> **Exercise objective**
Exactly the lines from the opening of the data through the line containing "e5 v5 v5 CIRCLE(AX(P(-4,17.3,0),D(0,0,-1),D(-1,0,0)),1.425)" should be reproduced, please, with nothing added.
### Information shown
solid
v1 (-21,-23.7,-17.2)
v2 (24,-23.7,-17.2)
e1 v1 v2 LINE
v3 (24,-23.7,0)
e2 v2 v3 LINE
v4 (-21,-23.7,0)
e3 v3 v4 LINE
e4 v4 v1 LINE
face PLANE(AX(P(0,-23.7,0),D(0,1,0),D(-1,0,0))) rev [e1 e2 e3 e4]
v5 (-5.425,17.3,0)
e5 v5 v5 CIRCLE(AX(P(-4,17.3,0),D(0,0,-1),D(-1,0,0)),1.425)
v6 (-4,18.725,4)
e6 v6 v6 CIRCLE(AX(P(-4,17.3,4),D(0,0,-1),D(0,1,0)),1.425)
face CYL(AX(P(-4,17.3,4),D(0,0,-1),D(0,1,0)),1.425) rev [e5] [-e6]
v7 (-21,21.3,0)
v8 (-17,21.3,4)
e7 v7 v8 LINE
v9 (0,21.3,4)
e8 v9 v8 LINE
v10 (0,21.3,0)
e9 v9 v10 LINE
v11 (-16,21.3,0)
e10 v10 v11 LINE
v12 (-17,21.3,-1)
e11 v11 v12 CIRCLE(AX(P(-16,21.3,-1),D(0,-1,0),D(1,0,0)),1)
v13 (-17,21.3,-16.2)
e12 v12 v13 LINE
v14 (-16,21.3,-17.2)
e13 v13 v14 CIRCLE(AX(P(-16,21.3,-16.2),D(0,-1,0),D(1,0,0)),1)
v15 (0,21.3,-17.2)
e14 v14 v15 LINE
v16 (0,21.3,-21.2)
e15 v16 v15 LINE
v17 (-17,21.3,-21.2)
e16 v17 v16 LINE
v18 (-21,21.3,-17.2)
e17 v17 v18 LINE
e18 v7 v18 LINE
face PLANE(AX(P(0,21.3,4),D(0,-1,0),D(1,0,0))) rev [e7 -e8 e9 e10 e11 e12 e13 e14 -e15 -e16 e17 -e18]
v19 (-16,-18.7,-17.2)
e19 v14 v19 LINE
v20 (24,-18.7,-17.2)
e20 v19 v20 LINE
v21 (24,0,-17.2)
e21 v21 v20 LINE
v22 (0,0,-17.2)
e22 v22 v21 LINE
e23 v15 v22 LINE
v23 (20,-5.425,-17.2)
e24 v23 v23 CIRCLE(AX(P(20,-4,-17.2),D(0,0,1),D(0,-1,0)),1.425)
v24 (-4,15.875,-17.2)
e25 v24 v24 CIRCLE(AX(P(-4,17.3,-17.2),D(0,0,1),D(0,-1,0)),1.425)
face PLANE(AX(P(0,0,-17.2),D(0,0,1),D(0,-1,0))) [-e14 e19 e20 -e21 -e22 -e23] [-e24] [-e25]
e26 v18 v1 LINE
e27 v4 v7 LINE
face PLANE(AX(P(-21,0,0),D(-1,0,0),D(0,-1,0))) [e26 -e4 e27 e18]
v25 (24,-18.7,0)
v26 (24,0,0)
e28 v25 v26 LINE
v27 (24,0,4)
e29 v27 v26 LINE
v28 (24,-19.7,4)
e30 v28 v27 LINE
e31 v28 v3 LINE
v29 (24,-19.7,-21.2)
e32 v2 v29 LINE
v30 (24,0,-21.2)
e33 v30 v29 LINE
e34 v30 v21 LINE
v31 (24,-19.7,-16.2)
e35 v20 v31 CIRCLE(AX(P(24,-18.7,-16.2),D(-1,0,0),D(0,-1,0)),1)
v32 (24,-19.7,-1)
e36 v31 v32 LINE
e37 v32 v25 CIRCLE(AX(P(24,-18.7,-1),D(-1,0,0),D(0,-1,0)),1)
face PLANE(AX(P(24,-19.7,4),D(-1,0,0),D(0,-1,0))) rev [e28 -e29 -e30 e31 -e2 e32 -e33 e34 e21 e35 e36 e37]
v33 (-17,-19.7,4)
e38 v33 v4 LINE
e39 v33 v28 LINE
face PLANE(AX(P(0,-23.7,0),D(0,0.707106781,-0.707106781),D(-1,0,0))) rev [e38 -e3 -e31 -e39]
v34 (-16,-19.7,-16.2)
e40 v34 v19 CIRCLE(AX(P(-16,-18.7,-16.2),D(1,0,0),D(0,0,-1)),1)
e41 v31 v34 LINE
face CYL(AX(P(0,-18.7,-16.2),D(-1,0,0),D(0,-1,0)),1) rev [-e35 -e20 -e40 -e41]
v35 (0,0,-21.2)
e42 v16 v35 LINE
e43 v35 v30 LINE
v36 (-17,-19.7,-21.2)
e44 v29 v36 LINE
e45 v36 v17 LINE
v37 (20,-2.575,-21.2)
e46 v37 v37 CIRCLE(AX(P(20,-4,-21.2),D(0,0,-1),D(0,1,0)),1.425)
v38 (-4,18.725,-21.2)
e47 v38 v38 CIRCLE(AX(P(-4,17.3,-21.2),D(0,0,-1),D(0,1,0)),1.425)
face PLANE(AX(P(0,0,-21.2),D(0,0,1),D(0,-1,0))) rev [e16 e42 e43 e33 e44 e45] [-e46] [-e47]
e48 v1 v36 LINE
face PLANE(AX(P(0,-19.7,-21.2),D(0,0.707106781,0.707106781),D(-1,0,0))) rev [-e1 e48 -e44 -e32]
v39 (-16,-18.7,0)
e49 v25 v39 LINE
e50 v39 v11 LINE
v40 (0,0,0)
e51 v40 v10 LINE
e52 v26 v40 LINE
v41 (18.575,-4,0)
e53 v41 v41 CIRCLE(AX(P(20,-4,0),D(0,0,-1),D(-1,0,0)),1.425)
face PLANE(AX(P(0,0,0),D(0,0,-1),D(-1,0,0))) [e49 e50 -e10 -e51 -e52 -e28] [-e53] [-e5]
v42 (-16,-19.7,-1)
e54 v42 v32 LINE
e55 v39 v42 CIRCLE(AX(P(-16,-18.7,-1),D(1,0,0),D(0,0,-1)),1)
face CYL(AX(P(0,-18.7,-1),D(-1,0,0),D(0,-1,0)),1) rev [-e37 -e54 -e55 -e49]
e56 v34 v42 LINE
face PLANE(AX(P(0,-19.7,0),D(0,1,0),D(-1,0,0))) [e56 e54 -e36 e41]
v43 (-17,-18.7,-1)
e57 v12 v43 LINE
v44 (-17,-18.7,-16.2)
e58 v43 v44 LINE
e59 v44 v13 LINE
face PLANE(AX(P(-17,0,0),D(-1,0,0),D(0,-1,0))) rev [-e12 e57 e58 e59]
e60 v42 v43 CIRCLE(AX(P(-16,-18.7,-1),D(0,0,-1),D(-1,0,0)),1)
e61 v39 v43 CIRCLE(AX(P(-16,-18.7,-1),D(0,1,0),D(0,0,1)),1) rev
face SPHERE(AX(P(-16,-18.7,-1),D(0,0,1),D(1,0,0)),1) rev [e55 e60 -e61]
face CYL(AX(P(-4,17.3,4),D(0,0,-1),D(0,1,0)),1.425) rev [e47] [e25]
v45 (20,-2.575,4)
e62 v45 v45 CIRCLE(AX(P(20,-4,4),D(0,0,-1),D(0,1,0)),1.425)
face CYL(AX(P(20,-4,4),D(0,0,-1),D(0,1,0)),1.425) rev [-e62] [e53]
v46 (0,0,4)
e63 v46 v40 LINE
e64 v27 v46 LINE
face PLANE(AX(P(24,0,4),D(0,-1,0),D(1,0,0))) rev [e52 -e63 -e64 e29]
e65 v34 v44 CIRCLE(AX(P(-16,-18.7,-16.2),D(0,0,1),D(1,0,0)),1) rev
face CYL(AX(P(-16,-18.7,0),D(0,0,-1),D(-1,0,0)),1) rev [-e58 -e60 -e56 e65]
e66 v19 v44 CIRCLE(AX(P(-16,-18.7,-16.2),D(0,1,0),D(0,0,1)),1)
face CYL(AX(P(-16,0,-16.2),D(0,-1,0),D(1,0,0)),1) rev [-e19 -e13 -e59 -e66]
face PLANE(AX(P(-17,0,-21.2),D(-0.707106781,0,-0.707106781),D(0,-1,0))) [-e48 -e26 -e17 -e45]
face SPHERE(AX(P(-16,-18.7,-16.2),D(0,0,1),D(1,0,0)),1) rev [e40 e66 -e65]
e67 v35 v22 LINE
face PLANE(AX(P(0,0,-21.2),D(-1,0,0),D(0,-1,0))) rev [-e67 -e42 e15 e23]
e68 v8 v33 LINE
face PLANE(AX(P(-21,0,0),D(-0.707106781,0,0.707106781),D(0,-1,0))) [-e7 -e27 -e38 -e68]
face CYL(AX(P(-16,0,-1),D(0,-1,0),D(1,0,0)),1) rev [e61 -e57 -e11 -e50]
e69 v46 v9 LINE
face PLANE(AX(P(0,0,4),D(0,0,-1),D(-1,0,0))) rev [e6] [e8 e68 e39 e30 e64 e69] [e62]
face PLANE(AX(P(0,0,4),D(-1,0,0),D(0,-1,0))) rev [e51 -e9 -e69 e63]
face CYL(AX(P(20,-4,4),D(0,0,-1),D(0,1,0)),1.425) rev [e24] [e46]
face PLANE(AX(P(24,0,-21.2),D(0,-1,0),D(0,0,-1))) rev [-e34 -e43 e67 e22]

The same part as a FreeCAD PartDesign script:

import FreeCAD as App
import Part
import Sketcher


def edges_at(feature, points):
    """Names of the edges that pass closest to the given points."""
    edges = feature.Shape.Edges
    near = lambda p: min(range(len(edges)), key=lambda i: edges[i].distToShape(Part.Vertex(*p))[0])
    return sorted({f"Edge{near(p) + 1}" for p in points})

doc = App.newDocument("Part")
body = doc.addObject("PartDesign::Body", "Body")

# Sketch on XY plane
sketch1 = body.newObject("Sketcher::SketchObject", "Sketch")
sketch1.AttachmentSupport = (doc.getObject("XY_Plane"), [""])
sketch1.MapMode = "FlatFace"
sketch1.addGeometry([
    Part.LineSegment(App.Vector(0, 0, 0), App.Vector(0, 21.3, 0)),  # 0
    Part.LineSegment(App.Vector(0, 21.3, 0), App.Vector(-17, 21.3, 0)),  # 1
    Part.LineSegment(App.Vector(-17, 21.3, 0), App.Vector(-17, -19.7, 0)),  # 2
    Part.LineSegment(App.Vector(-17, -19.7, 0), App.Vector(24, -19.7, 0)),  # 3
    Part.LineSegment(App.Vector(24, -19.7, 0), App.Vector(24, 0, 0)),  # 4
    Part.LineSegment(App.Vector(24, 0, 0), App.Vector(0, 0, 0)),  # 5
], False)
sketch1.addConstraint([
    Sketcher.Constraint("Coincident", 0, 2, 1, 1),
    Sketcher.Constraint("Coincident", 1, 2, 2, 1),
    Sketcher.Constraint("Coincident", 2, 2, 3, 1),
    Sketcher.Constraint("Coincident", 3, 2, 4, 1),
    Sketcher.Constraint("Coincident", 4, 2, 5, 1),
    Sketcher.Constraint("Coincident", 5, 2, 0, 1),
    Sketcher.Constraint("Vertical", 0),
    Sketcher.Constraint("Horizontal", 1),
    Sketcher.Constraint("Vertical", 2),
    Sketcher.Constraint("Horizontal", 3),
    Sketcher.Constraint("Vertical", 4),
    Sketcher.Constraint("Horizontal", 5),
    Sketcher.Constraint("Coincident", 5, 2, -1, 1),
    Sketcher.Constraint("Equal", 3, 2),
    Sketcher.Constraint("DistanceX", 1, 2, 1, 1, 17.0),
    Sketcher.Constraint("DistanceX", 3, 1, 3, 2, 41.0),
    Sketcher.Constraint("DistanceY", 0, 1, 0, 2, 21.3),
])
pad1 = body.newObject("PartDesign::Pad", "Pad")
pad1.Profile = sketch1
pad1.Length = 4

# Sketch on YZ plane
sketch2 = body.newObject("Sketcher::SketchObject", "Sketch001")
sketch2.AttachmentSupport = (doc.getObject("YZ_Plane"), [""])
sketch2.MapMode = "FlatFace"
sketch2.AttachmentOffset = App.Placement(App.Vector(0, 0, -17), App.Rotation())
sketch2.addGeometry([
    Part.LineSegment(App.Vector(21.3, -17.2, 0), App.Vector(-19.7, -17.2, 0)),
    Part.LineSegment(App.Vector(-19.7, -17.2, 0), App.Vector(-19.7, 4, 0)),
    Part.LineSegment(App.Vector(-19.7, 4, 0), App.Vector(21.3, 4, 0)),
    Part.LineSegment(App.Vector(21.3, 4, 0), App.Vector(21.3, -17.2, 0)),
], False)
sketch2.addConstraint([
    Sketcher.Constraint("Coincident", 0, 2, 1, 1),
    Sketcher.Constraint("Coincident", 1, 2, 2, 1),
    Sketcher.Constraint("Coincident", 2, 2, 3, 1),
    Sketcher.Constraint("Coincident", 3, 2, 0, 1),
    Sketcher.Constraint("Horizontal", 0),
    Sketcher.Constraint("Vertical", 1),
    Sketcher.Constraint("Horizontal", 2),
    Sketcher.Constraint("Vertical", 3),
    Sketcher.Constraint("DistanceX", 0, 2, 0, 1, 41.0),
    Sketcher.Constraint("DistanceY", 1, 1, 1, 2, 21.2),
    Sketcher.Constraint("DistanceY", -1, 1, 1, 2, 4.0),
    Sketcher.Constraint("DistanceX", 0, 2, -1, 1, 19.7),
])
pad2 = body.newObject("PartDesign::Pad", "Pad001")
pad2.Profile = sketch2
pad2.Length = 4
pad2.Reversed = True

# Sketch on XZ plane
sketch3 = body.newObject("Sketcher::SketchObject", "Sketch002")
sketch3.AttachmentSupport = (doc.getObject("XZ_Plane"), [""])
sketch3.MapMode = "FlatFace"
sketch3.AttachmentOffset = App.Placement(App.Vector(0, 0, 19.7), App.Rotation())
sketch3.addGeometry([
    Part.LineSegment(App.Vector(-21, 4, 0), App.Vector(-21, -17.2, 0)),
    Part.LineSegment(App.Vector(-21, -17.2, 0), App.Vector(24, -17.2, 0)),
    Part.LineSegment(App.Vector(24, -17.2, 0), App.Vector(24, 4, 0)),
    Part.LineSegment(App.Vector(24, 4, 0), App.Vector(-21, 4, 0)),
], False)
sketch3.addConstraint([
    Sketcher.Constraint("Coincident", 0, 2, 1, 1),
    Sketcher.Constraint("Coincident", 1, 2, 2, 1),
    Sketcher.Constraint("Coincident", 2, 2, 3, 1),
    Sketcher.Constraint("Coincident", 3, 2, 0, 1),
    Sketcher.Constraint("Vertical", 0),
    Sketcher.Constraint("Horizontal", 1),
    Sketcher.Constraint("Vertical", 2),
    Sketcher.Constraint("Horizontal", 3),
    Sketcher.Constraint("DistanceX", 1, 1, 1, 2, 45.0),
    Sketcher.Constraint("DistanceY", 0, 2, 0, 1, 21.2),
    Sketcher.Constraint("DistanceX", 0, 2, -1, 1, 21.0),
    Sketcher.Constraint("DistanceY", -1, 1, 2, 2, 4.0),
])
pad3 = body.newObject("PartDesign::Pad", "Pad002")
pad3.Profile = sketch3
pad3.Length = 4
######
> **Answer to the exercise**
solid
v1 (-21,-23.7,-17.2)
v2 (24,-23.7,-17.2)
e1 v1 v2 LINE
v3 (24,-23.7,0)
e2 v2 v3 LINE
v4 (-21,-23.7,0)
e3 v3 v4 LINE
e4 v4 v1 LINE
face PLANE(AX(P(0,-23.7,0),D(0,1,0),D(-1,0,0))) rev [e1 e2 e3 e4]
v5 (-5.425,17.3,0)
e5 v5 v5 CIRCLE(AX(P(-4,17.3,0),D(0,0,-1),D(-1,0,0)),1.425)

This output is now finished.